Мгновение его предок не отводил от кольца невиданно пристального взгляда.

– У меня к вам дело чрезвычайной важности, Эдмунд, но здесь мы поговорить не сможем. Войди вдруг моя жена или дети, и мне будет весьма непросто объяснить, как так вышло, что я принимаю никому не известного родственника, проделавшего дальний путь… и тем более во времени.

Лакей с порога доложил, что их ожидает экипаж.

– Идемте же! Поедем туда, где нас никто не побеспокоит.

Пока они ехали через город, прародитель молчал и только улыбался с безмятежностью, доступной лишь обладателям какой-нибудь великой тайны поистине космического масштаба. Из ракушки ландо Эймар созерцал сутолоку знойного, пыльного, переполненного города, принимая свое присутствие в давно ушедшей эпохе как само собой разумеющееся – ну да, XIX век, а что тут такого?

Они приехали на тихую улочку возле реки – возможно, Викокен-стрит – и высадились у дощатого дома с вывеской «Салун» над входом. В слабо освещенной зале банда смуглых матросов осаждала барную стойку. Хозяин провел их в заднюю комнату и нацедил какой-то темной жидкости из безымянной бутыли янтарного стекла.

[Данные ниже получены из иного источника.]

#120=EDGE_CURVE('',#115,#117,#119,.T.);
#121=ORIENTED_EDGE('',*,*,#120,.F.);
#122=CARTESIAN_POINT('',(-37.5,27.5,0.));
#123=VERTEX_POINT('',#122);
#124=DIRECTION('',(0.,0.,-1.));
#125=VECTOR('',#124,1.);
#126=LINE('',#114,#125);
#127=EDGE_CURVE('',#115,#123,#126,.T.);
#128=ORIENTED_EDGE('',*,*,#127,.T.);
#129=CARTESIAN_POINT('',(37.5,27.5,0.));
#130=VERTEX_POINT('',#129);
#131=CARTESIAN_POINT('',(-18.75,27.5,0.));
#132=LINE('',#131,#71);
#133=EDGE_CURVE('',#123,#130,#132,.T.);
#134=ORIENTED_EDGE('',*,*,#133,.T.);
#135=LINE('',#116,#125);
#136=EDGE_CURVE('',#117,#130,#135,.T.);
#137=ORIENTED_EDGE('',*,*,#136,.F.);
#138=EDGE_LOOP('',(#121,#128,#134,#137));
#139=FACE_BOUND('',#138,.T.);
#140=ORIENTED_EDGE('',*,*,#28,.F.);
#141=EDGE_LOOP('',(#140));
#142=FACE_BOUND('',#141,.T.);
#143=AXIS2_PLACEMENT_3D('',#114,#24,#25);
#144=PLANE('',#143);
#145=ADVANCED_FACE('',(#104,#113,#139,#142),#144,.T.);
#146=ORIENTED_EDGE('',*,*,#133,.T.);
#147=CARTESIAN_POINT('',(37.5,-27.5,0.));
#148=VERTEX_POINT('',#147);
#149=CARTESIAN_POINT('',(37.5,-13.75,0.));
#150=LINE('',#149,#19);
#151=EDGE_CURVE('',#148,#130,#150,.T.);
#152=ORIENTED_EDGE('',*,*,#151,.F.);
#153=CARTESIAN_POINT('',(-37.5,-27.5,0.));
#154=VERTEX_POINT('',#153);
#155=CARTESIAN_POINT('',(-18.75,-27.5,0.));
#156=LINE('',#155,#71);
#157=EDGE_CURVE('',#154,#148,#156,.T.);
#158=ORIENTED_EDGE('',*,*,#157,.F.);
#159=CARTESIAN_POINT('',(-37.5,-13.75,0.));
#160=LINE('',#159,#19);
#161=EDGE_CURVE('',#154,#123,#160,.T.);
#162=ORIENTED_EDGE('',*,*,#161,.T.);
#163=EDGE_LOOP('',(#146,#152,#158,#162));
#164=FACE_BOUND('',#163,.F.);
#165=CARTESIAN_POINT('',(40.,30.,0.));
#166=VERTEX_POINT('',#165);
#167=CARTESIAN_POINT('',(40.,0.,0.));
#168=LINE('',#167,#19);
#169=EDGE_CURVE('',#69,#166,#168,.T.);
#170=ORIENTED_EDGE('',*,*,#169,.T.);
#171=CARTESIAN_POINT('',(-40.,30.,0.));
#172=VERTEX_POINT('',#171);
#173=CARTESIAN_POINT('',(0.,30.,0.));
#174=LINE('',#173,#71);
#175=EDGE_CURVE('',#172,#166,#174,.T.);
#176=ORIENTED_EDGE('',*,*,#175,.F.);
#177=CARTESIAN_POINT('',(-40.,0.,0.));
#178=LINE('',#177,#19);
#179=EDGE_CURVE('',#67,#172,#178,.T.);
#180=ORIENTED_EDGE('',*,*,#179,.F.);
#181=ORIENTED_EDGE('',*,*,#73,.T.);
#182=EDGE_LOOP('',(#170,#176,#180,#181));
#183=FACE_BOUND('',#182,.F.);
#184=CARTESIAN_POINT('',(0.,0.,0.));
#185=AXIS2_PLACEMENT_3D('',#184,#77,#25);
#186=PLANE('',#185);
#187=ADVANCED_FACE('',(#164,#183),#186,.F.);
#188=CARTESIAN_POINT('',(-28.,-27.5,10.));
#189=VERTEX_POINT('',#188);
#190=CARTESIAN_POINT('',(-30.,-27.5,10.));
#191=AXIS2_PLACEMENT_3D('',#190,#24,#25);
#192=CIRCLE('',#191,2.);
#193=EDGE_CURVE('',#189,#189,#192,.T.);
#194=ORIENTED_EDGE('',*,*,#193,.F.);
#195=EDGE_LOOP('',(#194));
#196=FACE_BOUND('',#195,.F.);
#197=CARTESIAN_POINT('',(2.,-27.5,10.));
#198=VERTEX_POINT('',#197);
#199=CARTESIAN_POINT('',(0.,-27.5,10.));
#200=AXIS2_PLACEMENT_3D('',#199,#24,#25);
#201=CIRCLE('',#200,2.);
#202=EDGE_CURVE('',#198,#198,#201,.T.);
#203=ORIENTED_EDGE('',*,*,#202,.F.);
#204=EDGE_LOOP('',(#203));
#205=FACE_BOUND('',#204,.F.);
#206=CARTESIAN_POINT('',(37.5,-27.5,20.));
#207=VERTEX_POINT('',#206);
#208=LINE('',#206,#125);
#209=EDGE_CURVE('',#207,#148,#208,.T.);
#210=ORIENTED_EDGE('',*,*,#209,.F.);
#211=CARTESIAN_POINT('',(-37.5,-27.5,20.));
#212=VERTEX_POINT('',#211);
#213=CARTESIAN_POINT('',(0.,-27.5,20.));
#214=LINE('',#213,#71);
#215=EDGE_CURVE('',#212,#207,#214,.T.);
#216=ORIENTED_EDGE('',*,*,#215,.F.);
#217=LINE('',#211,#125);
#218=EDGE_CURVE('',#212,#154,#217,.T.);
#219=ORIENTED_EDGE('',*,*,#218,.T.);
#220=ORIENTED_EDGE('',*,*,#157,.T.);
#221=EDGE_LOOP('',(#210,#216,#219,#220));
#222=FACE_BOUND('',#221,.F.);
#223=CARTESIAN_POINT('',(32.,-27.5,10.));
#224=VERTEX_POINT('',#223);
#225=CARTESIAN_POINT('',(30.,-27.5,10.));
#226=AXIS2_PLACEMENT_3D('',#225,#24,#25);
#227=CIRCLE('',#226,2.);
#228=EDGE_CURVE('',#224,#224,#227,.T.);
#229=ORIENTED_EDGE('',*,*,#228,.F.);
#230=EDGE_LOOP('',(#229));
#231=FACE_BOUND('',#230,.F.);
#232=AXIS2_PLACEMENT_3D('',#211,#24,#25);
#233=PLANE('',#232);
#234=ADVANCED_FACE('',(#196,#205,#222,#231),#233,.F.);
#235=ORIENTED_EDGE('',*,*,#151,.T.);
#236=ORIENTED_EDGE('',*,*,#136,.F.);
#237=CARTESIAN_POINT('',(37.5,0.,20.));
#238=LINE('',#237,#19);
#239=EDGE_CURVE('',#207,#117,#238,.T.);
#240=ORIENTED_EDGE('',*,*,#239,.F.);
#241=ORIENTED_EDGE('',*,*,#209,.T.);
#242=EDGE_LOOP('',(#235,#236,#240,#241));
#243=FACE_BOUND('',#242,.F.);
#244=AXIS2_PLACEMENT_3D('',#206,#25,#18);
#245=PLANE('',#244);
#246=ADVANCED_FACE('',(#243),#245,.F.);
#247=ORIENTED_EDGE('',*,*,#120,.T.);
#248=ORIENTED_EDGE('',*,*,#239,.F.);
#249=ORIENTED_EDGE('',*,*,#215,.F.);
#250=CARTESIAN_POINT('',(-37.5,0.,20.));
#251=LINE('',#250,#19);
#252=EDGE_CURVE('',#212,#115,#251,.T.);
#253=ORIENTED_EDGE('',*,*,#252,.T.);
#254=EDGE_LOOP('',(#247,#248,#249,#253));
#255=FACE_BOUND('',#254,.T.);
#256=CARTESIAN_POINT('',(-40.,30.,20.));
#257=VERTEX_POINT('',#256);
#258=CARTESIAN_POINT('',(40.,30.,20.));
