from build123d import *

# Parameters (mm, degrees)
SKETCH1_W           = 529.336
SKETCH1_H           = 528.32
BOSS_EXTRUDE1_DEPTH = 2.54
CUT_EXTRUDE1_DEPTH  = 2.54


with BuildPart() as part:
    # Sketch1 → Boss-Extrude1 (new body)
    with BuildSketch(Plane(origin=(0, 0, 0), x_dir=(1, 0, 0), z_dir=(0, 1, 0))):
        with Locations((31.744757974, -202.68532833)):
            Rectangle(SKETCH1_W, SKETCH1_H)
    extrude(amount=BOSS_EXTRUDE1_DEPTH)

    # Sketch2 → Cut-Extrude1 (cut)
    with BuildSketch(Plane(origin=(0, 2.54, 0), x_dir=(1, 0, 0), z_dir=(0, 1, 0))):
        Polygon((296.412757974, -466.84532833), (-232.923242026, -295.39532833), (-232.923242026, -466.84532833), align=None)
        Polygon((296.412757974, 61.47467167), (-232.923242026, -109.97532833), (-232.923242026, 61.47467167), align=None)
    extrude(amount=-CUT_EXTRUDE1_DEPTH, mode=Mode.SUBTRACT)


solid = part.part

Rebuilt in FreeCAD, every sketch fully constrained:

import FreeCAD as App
import Part
import Sketcher
Q = App.Units.Quantity

doc = App.newDocument("Part")
body = doc.addObject("PartDesign::Body", "Body")

# Sketch on XZ plane
sketch1 = body.newObject("Sketcher::SketchObject", "Sketch")
sketch1.AttachmentSupport = (doc.getObject("XZ_Plane"), [""])
sketch1.MapMode = "FlatFace"
sketch1.addGeometry(Part.LineSegment(App.Vector(-232.923242, -61.474672, 0), App.Vector(-232.923242, 466.845328, 0)), False)
sketch1.addGeometry(Part.LineSegment(App.Vector(-232.923242, 466.845328, 0), App.Vector(296.412758, 466.845328, 0)), False)
sketch1.addGeometry(Part.LineSegment(App.Vector(296.412758, 466.845328, 0), App.Vector(296.412758, -61.474672, 0)), False)
sketch1.addGeometry(Part.LineSegment(App.Vector(296.412758, -61.474672, 0), App.Vector(-232.923242, -61.474672, 0)), False)
sketch1.addConstraint(Sketcher.Constraint("Coincident", 0, 2, 1, 1))
sketch1.addConstraint(Sketcher.Constraint("Coincident", 1, 2, 2, 1))
sketch1.addConstraint(Sketcher.Constraint("Coincident", 2, 2, 3, 1))
sketch1.addConstraint(Sketcher.Constraint("Coincident", 3, 2, 0, 1))
sketch1.addConstraint(Sketcher.Constraint("Vertical", 0))
sketch1.addConstraint(Sketcher.Constraint("Horizontal", 1))
sketch1.addConstraint(Sketcher.Constraint("Vertical", 2))
sketch1.addConstraint(Sketcher.Constraint("Horizontal", 3))
sketch1.addConstraint(Sketcher.Constraint("DistanceY", 0, 1, 0, 2, Q("20.8 in")))
sketch1.addConstraint(Sketcher.Constraint("DistanceX", 1, 1, 1, 2, Q("20.84 in")))
sketch1.addConstraint(Sketcher.Constraint("DistanceY", -1, 1, 0, 2, Q("466.845328 mm")))
sketch1.addConstraint(Sketcher.Constraint("DistanceX", 0, 2, -1, 1, Q("232.923242 mm")))
pad1 = body.newObject("PartDesign::Pad", "Pad")
pad1.Profile = sketch1
pad1.Length = Q("0.1 in")
pad1.Reversed = True

# Sketch on XZ plane
sketch2 = body.newObject("Sketcher::SketchObject", "Sketch001")
sketch2.AttachmentSupport = (doc.getObject("XZ_Plane"), [""])
sketch2.MapMode = "FlatFace"
sketch2.AttachmentOffset = App.Placement(App.Vector(0, 0, -0.1 * 25.4), App.Rotation())
sketch2.addGeometry(Part.LineSegment(App.Vector(296.412758, 466.845328, 0), App.Vector(-232.923242, 295.395328, 0)), False)
sketch2.addGeometry(Part.LineSegment(App.Vector(-232.923242, 295.395328, 0), App.Vector(-232.923242, 466.845328, 0)), False)
sketch2.addGeometry(Part.LineSegment(App.Vector(-232.923242, 466.845328, 0), App.Vector(296.412758, 466.845328, 0)), False)
sketch2.addGeometry(Part.LineSegment(App.Vector(-232.923242, 109.975328, 0), App.Vector(296.412758, -61.474672, 0)), False)
sketch2.addGeometry(Part.LineSegment(App.Vector(296.412758, -61.474672, 0), App.Vector(-232.923242, -61.474672, 0)), False)
sketch2.addGeometry(Part.LineSegment(App.Vector(-232.923242, -61.474672, 0), App.Vector(-232.923242, 109.975328, 0)), False)
sketch2.addConstraint(Sketcher.Constraint("Coincident", 0, 2, 1, 1))
sketch2.addConstraint(Sketcher.Constraint("Coincident", 1, 2, 2, 1))
sketch2.addConstraint(Sketcher.Constraint("Coincident", 2, 2, 0, 1))
sketch2.addConstraint(Sketcher.Constraint("Coincident", 3, 2, 4, 1))
sketch2.addConstraint(Sketcher.Constraint("Coincident", 4, 2, 5, 1))
sketch2.addConstraint(Sketcher.Constraint("Coincident", 5, 2, 3, 1))
sketch2.addConstraint(Sketcher.Constraint("Vertical", 1))
sketch2.addConstraint(Sketcher.Constraint("Horizontal", 2))
sketch2.addConstraint(Sketcher.Constraint("Horizontal", 4))
sketch2.addConstraint(Sketcher.Constraint("Vertical", 5))
sketch2.addConstraint(Sketcher.Constraint("Vertical", 2, 2, 3, 2))
sketch2.addConstraint(Sketcher.Constraint("Vertical", 1, 2, 4, 2))
sketch2.addConstraint(Sketcher.Constraint("Equal", 1, 5))
sketch2.addConstraint(Sketcher.Constraint("DistanceX", 2, 1, 2, 2, Q("20.84 in")))
sketch2.addConstraint(Sketcher.Constraint("DistanceY", 1, 1, 1, 2, Q("6.75 in")))
sketch2.addConstraint(Sketcher.Constraint("DistanceY", 3, 2, 2, 2, Q("20.8 in")))
sketch2.addConstraint(Sketcher.Constraint("DistanceY", -1, 1, 0, 2, Q("295.395328 mm")))
sketch2.addConstraint(Sketcher.Constraint("DistanceX", 0, 2, -1, 1, Q("232.923242 mm")))
pocket1 = body.newObject("PartDesign::Pocket", "Pocket")
pocket1.Profile = sketch2
pocket1.Length = Q("0.1 in")
pocket1.Reversed = True

doc.recompute()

Свой рассказ Джон Маршал Эймар начал с того, как оловянное кольцо к нему попало. В рамках благотворительной деятельности среди самых неимущих жителей города он нередко навещал трущобы к западу от Пятой авеню. Там он познакомился с кое-какими африканцами, недавно явившимися в Америку через Гаити – с «дикарями», отправлявшими всякие оккультные ритуалы. Произведя на них впечатление своей решимостью проникнуть за завесу, он удостоился права пройти ритуал инициации, на который отваживались немногие. В процессе посвящения его сочли достойным и вручили оловянное кольцо, но с одним условием: он заболеет смертельной болезнью, медленное течение которой рано сведет его в могилу. Впрочем, эта жертва была совершенно необходима, чтобы достичь «бессмертия».